[Description of the task] The answer is a stretch of the material below, returned exactly: the line containing "#100=VERTEX_POINT('',#99);", the line containing "#132=EDGE_CURVE('',#93,#44,#131,.T.);", and all lines between.
________
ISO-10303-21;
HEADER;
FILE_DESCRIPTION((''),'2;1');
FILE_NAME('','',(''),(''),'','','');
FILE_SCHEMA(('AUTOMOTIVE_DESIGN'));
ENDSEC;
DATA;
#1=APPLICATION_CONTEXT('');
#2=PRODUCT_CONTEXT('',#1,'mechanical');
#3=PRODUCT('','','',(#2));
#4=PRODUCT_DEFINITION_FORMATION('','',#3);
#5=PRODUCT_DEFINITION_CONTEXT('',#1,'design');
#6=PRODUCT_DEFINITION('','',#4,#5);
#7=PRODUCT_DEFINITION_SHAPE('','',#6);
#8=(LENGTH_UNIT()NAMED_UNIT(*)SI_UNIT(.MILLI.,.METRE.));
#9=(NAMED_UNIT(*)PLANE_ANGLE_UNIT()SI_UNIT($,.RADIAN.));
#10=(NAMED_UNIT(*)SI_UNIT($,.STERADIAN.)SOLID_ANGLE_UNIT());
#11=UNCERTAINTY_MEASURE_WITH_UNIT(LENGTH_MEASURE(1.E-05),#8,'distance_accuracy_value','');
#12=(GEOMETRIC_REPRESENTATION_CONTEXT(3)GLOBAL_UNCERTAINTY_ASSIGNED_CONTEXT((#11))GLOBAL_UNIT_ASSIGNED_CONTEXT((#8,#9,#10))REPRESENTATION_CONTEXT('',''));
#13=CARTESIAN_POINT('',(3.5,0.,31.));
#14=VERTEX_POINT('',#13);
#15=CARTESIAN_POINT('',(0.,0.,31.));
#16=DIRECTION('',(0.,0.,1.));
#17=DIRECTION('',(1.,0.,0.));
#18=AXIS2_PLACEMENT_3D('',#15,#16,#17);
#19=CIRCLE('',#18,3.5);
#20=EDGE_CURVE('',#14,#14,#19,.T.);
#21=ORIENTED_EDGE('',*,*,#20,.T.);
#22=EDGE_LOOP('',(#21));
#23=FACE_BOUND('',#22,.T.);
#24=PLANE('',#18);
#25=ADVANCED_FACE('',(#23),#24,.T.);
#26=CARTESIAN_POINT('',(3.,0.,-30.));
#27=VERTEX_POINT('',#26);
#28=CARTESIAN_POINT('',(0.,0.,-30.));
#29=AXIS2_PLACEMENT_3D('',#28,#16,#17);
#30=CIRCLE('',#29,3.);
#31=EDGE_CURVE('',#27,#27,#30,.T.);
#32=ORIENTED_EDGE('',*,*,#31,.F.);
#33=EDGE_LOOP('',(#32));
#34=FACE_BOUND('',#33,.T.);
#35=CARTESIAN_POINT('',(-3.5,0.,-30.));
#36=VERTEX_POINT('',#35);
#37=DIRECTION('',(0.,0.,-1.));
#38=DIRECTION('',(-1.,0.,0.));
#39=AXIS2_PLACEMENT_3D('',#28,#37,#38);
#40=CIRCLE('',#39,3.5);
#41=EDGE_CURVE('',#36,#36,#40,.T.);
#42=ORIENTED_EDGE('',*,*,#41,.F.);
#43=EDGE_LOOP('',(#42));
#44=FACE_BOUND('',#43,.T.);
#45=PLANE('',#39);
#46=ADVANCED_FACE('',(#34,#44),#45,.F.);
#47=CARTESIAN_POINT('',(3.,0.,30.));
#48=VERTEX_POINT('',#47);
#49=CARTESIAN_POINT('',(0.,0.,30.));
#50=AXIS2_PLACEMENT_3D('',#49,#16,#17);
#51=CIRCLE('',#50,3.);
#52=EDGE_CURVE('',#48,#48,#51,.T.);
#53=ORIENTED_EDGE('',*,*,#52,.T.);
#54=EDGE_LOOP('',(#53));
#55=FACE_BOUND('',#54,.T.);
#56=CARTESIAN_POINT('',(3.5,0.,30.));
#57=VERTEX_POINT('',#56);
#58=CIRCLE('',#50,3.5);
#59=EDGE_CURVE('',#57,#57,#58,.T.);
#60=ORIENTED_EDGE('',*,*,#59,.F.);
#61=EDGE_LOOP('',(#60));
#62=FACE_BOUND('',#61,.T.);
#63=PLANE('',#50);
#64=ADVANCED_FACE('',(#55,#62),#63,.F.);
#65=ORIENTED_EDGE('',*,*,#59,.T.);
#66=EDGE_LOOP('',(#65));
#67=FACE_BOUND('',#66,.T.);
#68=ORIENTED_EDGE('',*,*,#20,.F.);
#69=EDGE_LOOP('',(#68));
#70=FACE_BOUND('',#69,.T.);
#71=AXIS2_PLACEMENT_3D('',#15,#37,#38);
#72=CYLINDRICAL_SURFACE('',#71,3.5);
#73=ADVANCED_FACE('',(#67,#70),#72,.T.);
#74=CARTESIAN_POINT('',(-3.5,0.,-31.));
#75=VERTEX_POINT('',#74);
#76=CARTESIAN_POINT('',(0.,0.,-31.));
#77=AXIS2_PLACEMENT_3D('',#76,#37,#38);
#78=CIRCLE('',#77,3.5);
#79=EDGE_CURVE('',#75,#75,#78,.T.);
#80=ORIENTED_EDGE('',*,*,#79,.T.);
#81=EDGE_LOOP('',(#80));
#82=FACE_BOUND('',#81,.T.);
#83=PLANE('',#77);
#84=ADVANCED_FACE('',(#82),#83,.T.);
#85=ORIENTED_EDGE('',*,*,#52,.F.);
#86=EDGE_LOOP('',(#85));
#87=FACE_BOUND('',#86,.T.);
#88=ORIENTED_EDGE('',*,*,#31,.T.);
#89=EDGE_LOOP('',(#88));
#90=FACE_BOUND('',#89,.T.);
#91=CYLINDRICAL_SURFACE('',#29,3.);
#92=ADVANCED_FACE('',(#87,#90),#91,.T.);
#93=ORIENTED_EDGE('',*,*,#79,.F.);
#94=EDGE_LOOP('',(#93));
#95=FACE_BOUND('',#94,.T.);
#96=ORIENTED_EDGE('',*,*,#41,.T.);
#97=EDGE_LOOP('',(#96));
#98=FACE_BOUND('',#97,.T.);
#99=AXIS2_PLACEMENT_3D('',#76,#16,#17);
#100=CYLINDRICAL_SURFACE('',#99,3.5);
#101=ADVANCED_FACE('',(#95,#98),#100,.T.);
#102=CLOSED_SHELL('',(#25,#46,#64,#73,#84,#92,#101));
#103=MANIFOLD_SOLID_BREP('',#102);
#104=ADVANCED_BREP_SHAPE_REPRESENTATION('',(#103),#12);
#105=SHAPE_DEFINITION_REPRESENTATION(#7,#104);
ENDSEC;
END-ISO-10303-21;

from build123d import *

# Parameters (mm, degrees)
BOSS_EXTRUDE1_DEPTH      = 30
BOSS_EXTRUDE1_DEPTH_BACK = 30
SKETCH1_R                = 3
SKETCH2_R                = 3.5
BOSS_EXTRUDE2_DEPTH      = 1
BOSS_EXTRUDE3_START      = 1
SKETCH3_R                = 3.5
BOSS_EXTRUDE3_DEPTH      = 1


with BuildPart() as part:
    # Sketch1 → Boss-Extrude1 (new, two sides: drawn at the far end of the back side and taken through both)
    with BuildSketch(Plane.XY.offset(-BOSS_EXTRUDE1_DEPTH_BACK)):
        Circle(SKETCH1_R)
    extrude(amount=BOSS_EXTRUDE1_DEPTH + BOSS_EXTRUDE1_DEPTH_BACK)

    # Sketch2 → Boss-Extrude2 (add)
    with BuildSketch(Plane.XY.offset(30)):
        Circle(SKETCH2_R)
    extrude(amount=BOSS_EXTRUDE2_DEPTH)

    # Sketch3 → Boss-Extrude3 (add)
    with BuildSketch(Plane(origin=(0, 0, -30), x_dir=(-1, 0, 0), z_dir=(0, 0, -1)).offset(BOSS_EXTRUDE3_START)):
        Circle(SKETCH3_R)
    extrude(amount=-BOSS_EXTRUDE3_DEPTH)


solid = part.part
________
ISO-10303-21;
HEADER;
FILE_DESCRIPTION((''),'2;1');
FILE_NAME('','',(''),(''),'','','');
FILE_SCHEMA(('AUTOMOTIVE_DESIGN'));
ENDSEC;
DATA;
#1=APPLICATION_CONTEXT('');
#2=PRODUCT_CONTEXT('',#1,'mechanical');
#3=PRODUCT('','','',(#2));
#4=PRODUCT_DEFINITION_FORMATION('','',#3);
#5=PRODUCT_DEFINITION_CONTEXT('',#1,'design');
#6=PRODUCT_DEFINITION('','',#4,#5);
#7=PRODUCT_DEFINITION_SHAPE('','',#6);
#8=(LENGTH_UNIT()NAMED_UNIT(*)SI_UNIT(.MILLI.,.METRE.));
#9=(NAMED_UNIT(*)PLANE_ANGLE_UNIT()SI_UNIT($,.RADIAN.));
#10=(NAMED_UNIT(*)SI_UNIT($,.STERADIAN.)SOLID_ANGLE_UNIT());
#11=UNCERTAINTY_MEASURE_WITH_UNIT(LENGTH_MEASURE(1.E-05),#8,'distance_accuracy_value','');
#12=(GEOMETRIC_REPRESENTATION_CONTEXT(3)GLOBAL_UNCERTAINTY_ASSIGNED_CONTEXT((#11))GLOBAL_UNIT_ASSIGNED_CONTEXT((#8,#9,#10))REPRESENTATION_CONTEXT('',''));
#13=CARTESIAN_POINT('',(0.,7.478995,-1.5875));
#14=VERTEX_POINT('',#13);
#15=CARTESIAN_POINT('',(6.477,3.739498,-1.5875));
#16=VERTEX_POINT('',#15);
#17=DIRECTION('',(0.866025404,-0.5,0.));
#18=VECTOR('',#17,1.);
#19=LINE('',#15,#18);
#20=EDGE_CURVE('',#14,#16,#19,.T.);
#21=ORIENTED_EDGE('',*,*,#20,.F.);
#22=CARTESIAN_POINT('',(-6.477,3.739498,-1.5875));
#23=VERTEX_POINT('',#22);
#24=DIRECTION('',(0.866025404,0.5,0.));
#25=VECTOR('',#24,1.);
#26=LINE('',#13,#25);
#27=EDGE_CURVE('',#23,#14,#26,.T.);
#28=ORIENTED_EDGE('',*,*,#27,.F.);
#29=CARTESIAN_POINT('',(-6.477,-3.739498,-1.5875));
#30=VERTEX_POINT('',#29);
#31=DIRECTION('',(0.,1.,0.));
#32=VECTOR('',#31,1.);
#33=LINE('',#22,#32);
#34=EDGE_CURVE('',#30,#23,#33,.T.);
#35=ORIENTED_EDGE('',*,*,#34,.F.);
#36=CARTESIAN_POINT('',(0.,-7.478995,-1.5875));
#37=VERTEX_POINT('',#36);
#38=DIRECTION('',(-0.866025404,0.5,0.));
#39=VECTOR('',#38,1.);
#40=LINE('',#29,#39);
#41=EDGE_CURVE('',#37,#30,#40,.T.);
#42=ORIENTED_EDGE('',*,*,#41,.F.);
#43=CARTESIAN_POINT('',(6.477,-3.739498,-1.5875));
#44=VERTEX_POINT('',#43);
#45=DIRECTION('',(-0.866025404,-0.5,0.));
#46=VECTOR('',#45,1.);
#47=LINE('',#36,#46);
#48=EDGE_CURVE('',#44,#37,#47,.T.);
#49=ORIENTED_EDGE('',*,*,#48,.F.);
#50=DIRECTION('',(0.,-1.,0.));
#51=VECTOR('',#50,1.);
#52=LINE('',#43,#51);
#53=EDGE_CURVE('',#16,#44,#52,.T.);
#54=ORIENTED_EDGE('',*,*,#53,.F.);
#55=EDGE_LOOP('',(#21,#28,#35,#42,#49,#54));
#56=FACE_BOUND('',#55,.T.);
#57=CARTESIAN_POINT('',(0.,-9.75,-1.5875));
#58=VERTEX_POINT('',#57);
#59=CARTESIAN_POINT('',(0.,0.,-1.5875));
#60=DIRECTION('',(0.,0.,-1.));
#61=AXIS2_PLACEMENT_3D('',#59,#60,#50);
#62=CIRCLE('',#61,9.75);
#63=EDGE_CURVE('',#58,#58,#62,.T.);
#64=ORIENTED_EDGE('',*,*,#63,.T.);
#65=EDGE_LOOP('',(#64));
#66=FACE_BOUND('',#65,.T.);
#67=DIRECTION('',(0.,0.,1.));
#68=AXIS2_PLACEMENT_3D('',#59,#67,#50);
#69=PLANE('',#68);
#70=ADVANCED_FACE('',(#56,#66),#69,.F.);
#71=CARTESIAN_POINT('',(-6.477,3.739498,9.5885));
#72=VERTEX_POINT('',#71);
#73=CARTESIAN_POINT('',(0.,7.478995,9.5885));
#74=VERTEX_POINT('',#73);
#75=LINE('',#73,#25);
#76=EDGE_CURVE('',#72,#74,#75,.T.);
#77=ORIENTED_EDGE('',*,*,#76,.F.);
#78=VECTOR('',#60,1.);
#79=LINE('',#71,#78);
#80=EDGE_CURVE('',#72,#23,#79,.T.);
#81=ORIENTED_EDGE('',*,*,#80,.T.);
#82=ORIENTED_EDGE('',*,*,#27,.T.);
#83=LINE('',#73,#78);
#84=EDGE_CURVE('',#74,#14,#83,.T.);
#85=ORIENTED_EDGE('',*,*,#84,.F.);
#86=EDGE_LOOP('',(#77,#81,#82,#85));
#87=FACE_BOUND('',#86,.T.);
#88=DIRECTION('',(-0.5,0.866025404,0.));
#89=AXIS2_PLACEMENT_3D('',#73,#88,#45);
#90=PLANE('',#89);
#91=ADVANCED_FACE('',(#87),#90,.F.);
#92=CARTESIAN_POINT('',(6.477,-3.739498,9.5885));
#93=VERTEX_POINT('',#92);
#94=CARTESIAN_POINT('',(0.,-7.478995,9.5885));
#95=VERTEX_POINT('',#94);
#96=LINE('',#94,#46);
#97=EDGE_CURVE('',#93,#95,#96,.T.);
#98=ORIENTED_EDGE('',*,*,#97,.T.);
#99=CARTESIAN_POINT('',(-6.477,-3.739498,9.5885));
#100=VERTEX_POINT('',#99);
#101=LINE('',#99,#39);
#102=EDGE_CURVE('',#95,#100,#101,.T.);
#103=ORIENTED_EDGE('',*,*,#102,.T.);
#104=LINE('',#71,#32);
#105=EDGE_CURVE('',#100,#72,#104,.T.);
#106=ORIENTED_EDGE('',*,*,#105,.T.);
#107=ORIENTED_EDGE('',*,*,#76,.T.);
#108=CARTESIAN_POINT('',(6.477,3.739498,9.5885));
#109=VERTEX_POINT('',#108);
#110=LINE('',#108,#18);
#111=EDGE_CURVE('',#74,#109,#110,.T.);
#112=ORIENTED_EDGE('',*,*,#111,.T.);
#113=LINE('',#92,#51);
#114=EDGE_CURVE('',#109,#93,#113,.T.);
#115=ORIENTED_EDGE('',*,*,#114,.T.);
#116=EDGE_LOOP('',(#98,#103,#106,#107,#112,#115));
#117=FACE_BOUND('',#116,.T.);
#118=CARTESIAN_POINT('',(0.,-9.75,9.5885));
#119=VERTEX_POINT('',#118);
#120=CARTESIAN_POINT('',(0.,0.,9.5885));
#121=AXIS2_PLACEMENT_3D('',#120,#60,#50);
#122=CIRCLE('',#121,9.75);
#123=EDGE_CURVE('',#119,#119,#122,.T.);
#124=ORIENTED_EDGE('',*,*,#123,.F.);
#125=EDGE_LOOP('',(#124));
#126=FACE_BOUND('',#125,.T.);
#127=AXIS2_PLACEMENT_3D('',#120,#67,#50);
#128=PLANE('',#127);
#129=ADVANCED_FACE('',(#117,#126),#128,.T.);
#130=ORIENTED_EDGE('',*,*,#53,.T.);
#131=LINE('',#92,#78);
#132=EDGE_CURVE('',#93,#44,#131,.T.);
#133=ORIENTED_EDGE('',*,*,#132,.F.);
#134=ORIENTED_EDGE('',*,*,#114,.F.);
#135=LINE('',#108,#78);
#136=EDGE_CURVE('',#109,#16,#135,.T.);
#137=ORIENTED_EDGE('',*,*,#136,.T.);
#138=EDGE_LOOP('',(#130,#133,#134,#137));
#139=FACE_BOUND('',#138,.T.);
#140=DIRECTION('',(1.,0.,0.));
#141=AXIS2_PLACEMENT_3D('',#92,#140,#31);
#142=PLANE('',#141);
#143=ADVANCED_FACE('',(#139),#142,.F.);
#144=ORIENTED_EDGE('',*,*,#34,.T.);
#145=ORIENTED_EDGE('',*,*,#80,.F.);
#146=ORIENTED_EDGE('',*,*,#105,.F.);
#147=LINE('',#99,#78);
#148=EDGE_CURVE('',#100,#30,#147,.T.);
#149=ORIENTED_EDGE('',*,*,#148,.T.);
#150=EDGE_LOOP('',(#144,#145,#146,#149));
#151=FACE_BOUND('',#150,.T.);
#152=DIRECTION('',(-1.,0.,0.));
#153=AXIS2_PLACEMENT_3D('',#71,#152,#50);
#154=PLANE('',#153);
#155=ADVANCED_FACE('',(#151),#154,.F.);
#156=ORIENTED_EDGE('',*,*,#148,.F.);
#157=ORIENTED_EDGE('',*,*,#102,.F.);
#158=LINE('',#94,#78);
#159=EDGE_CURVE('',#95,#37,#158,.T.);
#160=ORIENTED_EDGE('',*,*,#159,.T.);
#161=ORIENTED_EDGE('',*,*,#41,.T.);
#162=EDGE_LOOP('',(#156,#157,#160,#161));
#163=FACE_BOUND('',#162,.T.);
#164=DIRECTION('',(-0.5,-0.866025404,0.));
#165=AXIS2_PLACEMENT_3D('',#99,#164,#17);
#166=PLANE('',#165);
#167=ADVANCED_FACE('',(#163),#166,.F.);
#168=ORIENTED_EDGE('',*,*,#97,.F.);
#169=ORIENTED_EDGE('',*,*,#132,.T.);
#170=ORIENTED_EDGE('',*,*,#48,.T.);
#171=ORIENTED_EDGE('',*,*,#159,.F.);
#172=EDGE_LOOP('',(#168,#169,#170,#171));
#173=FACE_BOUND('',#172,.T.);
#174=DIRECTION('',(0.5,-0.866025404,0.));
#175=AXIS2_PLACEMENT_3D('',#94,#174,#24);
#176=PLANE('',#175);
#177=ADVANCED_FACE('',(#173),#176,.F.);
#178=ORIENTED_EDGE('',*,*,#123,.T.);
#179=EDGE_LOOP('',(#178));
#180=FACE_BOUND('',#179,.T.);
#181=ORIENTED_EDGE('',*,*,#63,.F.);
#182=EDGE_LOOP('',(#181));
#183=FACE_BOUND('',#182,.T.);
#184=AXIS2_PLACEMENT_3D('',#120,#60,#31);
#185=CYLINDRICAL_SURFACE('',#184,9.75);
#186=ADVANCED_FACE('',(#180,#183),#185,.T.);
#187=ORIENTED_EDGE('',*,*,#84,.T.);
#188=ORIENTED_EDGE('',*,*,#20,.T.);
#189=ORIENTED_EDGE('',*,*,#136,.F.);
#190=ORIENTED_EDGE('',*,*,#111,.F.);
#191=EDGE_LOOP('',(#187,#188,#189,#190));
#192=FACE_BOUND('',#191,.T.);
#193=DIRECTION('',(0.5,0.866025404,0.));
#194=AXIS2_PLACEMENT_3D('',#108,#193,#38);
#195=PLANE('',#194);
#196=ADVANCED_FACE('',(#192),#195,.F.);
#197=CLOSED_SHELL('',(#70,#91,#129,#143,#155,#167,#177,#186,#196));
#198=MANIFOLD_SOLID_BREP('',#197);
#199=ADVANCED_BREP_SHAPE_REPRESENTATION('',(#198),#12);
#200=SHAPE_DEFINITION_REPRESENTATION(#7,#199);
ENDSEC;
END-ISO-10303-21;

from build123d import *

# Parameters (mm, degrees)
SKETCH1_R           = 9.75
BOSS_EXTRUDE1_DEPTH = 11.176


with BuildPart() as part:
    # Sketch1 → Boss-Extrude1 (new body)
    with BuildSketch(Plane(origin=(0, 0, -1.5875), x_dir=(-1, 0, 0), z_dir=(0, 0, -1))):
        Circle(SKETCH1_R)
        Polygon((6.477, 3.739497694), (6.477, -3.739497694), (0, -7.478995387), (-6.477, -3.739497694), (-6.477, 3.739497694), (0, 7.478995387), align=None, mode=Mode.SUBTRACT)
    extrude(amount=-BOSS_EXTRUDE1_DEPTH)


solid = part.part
________
[Output of the task]
#100=VERTEX_POINT('',#99);
#101=LINE('',#99,#39);
#102=EDGE_CURVE('',#95,#100,#101,.T.);
#103=ORIENTED_EDGE('',*,*,#102,.T.);
#104=LINE('',#71,#32);
#105=EDGE_CURVE('',#100,#72,#104,.T.);
#106=ORIENTED_EDGE('',*,*,#105,.T.);
#107=ORIENTED_EDGE('',*,*,#76,.T.);
#108=CARTESIAN_POINT('',(6.477,3.739498,9.5885));
#109=VERTEX_POINT('',#108);
#110=LINE('',#108,#18);
#111=EDGE_CURVE('',#74,#109,#110,.T.);
#112=ORIENTED_EDGE('',*,*,#111,.T.);
#113=LINE('',#92,#51);
#114=EDGE_CURVE('',#109,#93,#113,.T.);
#115=ORIENTED_EDGE('',*,*,#114,.T.);
#116=EDGE_LOOP('',(#98,#103,#106,#107,#112,#115));
#117=FACE_BOUND('',#116,.T.);
#118=CARTESIAN_POINT('',(0.,-9.75,9.5885));
#119=VERTEX_POINT('',#118);
#120=CARTESIAN_POINT('',(0.,0.,9.5885));
#121=AXIS2_PLACEMENT_3D('',#120,#60,#50);
#122=CIRCLE('',#121,9.75);
#123=EDGE_CURVE('',#119,#119,#122,.T.);
#124=ORIENTED_EDGE('',*,*,#123,.F.);
#125=EDGE_LOOP('',(#124));
#126=FACE_BOUND('',#125,.T.);
#127=AXIS2_PLACEMENT_3D('',#120,#67,#50);
#128=PLANE('',#127);
#129=ADVANCED_FACE('',(#117,#126),#128,.T.);
#130=ORIENTED_EDGE('',*,*,#53,.T.);
#131=LINE('',#92,#78);
#132=EDGE_CURVE('',#93,#44,#131,.T.);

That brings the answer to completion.